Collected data
────

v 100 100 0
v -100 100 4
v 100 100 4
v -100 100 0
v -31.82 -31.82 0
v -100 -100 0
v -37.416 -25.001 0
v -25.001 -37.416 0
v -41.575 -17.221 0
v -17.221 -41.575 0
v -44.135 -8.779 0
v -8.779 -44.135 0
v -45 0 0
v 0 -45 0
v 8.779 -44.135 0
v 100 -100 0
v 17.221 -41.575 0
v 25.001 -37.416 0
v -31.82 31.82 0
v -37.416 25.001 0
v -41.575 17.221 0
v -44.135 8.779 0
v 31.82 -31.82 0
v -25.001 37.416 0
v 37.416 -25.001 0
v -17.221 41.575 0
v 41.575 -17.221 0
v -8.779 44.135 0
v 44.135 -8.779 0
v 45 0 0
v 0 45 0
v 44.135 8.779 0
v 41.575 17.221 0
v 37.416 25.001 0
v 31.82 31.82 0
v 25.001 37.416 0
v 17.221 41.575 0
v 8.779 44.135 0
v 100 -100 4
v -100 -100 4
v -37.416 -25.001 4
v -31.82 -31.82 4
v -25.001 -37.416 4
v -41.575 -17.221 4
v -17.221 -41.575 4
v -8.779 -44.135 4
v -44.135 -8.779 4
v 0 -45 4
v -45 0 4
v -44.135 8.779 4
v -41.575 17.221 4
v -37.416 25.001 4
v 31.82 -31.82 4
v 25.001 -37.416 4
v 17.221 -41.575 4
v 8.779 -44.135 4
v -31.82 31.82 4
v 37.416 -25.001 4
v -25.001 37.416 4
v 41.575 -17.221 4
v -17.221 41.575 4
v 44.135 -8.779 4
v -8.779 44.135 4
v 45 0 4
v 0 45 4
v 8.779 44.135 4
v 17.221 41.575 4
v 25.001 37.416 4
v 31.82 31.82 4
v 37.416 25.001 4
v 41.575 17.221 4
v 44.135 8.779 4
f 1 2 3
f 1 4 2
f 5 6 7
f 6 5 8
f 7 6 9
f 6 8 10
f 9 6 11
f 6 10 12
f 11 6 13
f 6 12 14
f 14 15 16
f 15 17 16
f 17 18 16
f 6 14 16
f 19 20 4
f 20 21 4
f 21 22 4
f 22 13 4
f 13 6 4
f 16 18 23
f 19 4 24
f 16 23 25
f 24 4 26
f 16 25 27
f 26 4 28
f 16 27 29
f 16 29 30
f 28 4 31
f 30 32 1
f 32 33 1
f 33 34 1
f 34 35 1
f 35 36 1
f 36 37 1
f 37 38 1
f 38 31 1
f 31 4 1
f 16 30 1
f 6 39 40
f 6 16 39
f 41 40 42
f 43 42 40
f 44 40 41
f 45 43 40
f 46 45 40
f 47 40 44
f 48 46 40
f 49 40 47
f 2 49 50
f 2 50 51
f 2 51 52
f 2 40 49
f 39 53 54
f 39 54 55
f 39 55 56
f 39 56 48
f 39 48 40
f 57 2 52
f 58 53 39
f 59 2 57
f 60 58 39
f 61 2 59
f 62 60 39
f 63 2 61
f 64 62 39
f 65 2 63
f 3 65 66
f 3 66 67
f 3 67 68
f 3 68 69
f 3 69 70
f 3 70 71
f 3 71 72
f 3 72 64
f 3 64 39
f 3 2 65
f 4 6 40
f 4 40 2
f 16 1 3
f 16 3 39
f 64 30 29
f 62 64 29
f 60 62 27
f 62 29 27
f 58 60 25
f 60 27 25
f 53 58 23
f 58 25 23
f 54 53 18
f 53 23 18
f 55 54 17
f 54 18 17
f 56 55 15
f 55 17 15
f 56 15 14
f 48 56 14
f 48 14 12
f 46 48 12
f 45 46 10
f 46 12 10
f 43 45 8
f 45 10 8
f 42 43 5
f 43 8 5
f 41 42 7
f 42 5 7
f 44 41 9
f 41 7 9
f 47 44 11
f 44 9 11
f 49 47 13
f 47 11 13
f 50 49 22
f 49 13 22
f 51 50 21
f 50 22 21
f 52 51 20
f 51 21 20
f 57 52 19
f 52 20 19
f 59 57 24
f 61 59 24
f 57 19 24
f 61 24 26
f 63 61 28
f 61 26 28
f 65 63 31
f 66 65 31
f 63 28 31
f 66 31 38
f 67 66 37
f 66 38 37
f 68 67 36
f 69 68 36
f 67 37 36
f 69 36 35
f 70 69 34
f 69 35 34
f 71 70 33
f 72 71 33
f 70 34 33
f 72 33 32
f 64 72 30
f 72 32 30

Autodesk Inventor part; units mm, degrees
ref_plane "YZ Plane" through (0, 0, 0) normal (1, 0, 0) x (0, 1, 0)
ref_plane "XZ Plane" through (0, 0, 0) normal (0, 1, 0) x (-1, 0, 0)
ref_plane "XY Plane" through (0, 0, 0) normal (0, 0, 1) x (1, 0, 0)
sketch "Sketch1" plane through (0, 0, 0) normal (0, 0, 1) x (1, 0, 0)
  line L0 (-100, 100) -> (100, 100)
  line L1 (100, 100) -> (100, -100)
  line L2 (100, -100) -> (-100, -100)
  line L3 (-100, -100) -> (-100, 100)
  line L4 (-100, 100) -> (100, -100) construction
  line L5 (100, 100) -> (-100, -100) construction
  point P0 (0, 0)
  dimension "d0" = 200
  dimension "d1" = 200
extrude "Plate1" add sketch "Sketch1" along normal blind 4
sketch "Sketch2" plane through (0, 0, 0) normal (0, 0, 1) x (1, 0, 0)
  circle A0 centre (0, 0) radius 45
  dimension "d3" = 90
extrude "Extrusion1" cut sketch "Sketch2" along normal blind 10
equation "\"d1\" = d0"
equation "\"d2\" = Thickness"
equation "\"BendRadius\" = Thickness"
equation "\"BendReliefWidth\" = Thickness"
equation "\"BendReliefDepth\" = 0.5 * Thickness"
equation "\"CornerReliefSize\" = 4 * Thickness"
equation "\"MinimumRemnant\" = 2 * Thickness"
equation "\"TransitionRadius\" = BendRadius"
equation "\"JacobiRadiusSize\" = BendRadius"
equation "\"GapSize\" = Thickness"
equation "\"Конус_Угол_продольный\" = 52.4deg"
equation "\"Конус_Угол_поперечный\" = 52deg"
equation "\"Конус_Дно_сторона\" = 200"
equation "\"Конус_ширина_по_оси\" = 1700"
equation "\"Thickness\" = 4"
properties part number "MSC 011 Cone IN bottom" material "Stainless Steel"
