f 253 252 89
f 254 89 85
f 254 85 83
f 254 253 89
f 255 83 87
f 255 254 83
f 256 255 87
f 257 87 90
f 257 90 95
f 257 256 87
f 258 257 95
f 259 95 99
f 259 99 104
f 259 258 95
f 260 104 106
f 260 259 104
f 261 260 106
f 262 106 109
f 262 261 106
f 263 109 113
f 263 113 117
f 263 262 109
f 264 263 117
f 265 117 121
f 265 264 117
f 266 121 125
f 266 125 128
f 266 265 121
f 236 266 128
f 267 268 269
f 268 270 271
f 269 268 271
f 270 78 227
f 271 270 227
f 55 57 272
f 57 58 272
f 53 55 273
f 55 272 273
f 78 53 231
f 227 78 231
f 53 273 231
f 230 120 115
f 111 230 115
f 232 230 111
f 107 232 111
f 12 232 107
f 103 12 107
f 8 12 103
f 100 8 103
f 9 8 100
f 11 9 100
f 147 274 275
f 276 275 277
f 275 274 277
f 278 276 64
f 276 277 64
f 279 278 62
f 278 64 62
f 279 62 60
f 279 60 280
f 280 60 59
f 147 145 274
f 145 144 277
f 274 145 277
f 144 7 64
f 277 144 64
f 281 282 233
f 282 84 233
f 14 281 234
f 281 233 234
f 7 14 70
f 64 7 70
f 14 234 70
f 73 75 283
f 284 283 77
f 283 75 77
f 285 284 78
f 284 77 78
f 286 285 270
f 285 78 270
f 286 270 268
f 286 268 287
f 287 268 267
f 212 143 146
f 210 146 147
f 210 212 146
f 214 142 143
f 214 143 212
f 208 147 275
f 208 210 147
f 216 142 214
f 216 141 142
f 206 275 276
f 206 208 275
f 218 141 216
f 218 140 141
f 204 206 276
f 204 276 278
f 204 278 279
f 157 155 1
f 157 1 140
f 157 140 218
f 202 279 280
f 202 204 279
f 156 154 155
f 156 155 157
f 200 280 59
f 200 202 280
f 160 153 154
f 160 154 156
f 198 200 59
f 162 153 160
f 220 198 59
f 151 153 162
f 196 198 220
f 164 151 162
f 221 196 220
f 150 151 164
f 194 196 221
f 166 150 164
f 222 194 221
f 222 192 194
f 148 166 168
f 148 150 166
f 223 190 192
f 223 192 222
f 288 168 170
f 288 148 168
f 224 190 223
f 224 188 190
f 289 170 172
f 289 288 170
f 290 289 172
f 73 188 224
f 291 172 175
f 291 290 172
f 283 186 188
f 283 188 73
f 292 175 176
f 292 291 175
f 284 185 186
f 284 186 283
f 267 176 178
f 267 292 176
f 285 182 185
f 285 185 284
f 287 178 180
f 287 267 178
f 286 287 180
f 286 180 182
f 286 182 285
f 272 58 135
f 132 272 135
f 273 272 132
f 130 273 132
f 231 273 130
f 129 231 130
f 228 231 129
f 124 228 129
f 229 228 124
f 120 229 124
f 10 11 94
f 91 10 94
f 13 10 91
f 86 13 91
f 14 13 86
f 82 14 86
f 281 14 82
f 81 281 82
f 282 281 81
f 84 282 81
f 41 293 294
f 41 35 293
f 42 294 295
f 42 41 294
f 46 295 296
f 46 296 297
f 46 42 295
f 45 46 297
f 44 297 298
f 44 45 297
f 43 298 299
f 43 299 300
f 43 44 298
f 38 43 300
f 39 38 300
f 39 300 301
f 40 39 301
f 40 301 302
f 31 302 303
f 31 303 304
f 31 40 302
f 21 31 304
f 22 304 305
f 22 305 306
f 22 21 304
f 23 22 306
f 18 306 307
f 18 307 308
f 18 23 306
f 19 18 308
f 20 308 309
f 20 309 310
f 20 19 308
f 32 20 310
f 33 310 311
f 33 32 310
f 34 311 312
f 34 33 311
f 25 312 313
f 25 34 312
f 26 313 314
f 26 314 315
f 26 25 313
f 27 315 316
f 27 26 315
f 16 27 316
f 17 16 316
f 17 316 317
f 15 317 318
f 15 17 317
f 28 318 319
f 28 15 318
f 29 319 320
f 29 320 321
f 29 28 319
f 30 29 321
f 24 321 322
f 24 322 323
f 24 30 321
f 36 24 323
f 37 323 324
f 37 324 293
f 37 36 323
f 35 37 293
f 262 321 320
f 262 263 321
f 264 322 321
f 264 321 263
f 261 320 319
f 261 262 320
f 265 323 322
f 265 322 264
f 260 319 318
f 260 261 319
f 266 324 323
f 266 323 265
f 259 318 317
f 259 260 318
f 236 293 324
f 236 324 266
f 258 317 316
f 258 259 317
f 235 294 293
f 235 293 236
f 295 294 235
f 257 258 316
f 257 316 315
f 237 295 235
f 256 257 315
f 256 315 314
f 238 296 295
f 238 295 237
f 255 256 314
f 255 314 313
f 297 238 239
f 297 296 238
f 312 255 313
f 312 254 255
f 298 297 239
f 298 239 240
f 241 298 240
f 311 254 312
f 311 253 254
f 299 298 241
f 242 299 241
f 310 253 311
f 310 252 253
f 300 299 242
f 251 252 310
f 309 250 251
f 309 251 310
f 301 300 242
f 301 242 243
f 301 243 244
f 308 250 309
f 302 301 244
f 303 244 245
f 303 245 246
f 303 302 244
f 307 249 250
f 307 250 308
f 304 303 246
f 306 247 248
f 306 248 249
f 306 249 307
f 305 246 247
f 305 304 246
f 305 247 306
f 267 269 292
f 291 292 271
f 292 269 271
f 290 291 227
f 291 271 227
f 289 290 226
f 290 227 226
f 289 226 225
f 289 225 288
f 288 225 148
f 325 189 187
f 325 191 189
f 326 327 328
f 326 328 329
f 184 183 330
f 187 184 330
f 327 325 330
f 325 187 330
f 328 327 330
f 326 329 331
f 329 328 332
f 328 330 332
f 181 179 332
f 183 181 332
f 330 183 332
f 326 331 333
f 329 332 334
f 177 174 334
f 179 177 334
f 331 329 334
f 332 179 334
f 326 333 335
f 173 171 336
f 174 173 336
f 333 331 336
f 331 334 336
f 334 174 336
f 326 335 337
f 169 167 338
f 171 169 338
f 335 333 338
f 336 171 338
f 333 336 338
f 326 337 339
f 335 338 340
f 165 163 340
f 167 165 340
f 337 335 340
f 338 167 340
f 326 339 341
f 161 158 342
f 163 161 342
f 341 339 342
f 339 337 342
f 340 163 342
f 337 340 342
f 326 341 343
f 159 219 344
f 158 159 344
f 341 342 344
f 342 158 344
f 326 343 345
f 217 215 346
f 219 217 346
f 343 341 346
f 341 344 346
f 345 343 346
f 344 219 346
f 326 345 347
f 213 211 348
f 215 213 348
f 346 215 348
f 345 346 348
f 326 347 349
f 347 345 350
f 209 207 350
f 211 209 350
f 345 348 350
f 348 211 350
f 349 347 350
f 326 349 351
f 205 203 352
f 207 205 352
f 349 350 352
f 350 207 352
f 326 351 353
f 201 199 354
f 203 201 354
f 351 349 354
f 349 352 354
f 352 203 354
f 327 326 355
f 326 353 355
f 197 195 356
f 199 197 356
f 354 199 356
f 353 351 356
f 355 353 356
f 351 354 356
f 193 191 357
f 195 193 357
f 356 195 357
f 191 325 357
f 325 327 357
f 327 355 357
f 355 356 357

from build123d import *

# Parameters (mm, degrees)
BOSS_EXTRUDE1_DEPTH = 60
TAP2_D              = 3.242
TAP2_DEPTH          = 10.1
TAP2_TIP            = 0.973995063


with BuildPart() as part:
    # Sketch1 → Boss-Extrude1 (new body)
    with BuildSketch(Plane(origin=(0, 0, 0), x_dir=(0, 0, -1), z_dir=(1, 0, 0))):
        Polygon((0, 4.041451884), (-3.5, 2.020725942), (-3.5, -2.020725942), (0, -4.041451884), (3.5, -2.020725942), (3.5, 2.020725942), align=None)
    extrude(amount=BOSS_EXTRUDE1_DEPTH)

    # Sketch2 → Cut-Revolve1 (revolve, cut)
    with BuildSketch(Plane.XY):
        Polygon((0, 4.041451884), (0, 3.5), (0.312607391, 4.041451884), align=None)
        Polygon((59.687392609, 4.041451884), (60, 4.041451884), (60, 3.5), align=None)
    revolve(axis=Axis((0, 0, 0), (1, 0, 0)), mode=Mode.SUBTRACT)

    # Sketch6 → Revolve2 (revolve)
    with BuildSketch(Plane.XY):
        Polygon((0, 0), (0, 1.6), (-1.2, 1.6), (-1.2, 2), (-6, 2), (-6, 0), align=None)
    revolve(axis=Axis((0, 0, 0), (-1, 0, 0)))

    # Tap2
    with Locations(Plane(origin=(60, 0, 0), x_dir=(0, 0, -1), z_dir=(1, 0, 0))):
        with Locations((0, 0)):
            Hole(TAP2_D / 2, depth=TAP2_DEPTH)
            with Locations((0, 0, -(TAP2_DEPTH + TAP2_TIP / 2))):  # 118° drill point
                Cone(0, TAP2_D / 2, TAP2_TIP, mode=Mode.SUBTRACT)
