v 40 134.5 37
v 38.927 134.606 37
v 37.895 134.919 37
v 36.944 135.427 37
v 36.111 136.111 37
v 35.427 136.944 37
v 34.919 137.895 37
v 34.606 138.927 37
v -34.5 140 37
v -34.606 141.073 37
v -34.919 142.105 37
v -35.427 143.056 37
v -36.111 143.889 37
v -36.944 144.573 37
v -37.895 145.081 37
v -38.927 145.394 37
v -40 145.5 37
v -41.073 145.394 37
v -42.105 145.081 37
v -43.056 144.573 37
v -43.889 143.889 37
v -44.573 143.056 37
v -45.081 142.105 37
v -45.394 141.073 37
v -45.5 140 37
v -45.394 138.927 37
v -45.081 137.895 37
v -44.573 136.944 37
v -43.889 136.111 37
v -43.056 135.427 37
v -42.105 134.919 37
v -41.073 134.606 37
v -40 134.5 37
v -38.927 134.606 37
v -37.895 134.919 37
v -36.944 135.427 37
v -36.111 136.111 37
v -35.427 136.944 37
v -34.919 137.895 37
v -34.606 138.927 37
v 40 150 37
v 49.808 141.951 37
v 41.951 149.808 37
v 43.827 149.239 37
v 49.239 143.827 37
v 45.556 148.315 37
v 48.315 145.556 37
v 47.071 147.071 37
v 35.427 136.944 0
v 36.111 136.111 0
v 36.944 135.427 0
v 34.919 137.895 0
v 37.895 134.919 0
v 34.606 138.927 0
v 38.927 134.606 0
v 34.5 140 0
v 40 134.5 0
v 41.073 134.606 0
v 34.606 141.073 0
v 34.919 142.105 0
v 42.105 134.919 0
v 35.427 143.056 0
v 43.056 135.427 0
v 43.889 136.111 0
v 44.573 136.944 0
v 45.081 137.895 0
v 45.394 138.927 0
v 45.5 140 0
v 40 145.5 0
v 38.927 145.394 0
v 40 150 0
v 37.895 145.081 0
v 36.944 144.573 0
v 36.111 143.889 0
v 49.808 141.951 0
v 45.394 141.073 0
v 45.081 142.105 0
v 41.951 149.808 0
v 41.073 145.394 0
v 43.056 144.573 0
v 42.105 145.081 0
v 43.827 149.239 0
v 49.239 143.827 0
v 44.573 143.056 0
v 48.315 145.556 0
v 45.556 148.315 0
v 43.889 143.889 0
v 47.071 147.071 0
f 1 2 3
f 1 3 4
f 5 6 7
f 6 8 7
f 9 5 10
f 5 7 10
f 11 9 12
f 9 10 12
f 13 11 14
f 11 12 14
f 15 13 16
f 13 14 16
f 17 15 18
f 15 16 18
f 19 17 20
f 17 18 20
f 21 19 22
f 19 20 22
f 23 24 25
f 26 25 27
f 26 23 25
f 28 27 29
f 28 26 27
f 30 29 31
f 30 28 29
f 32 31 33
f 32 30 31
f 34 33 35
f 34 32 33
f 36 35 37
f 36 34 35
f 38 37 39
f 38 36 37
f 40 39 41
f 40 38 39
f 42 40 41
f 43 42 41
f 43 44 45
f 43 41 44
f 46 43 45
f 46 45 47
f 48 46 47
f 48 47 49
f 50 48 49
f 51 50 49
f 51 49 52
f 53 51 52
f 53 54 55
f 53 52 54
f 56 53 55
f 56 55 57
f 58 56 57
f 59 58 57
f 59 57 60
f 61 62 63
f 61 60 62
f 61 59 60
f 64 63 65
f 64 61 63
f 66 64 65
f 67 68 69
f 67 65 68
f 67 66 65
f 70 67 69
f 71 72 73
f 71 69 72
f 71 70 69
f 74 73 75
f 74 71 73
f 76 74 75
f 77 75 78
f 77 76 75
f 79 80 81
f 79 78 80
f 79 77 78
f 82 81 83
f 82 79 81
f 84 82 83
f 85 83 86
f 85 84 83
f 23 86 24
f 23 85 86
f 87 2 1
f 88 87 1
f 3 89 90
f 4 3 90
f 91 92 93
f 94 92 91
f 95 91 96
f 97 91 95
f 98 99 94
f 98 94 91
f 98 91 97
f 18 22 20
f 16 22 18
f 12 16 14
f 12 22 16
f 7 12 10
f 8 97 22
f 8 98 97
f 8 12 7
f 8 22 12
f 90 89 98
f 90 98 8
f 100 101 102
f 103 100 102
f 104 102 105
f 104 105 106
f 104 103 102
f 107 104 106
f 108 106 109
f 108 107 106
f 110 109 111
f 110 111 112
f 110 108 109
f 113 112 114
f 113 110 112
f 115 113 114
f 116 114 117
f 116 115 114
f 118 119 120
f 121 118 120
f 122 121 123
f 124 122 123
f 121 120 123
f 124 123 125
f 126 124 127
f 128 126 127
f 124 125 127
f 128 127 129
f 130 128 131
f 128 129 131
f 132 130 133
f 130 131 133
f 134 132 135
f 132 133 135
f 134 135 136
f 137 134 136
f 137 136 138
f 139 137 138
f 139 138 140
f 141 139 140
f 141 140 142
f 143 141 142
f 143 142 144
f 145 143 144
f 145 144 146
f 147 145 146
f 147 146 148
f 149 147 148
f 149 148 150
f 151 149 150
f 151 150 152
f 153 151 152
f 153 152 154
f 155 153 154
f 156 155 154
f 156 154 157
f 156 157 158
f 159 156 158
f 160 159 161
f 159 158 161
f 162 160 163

────

### Try it:
Restate word for word the entries above, starting at the line with "f 260 319 318" and ending at the line with "f 303 245 246", inclusive, and no others.

### Answer to the exercise:
f 260 319 318
f 260 261 319
f 266 324 323
f 266 323 265
f 259 318 317
f 259 260 318
f 236 293 324
f 236 324 266
f 258 317 316
f 258 259 317
f 235 294 293
f 235 293 236
f 295 294 235
f 257 258 316
f 257 316 315
f 237 295 235
f 256 257 315
f 256 315 314
f 238 296 295
f 238 295 237
f 255 256 314
f 255 314 313
f 297 238 239
f 297 296 238
f 312 255 313
f 312 254 255
f 298 297 239
f 298 239 240
f 241 298 240
f 311 254 312
f 311 253 254
f 299 298 241
f 242 299 241
f 310 253 311
f 310 252 253
f 300 299 242
f 251 252 310
f 309 250 251
f 309 251 310
f 301 300 242
f 301 242 243
f 301 243 244
f 308 250 309
f 302 301 244
f 303 244 245
f 303 245 246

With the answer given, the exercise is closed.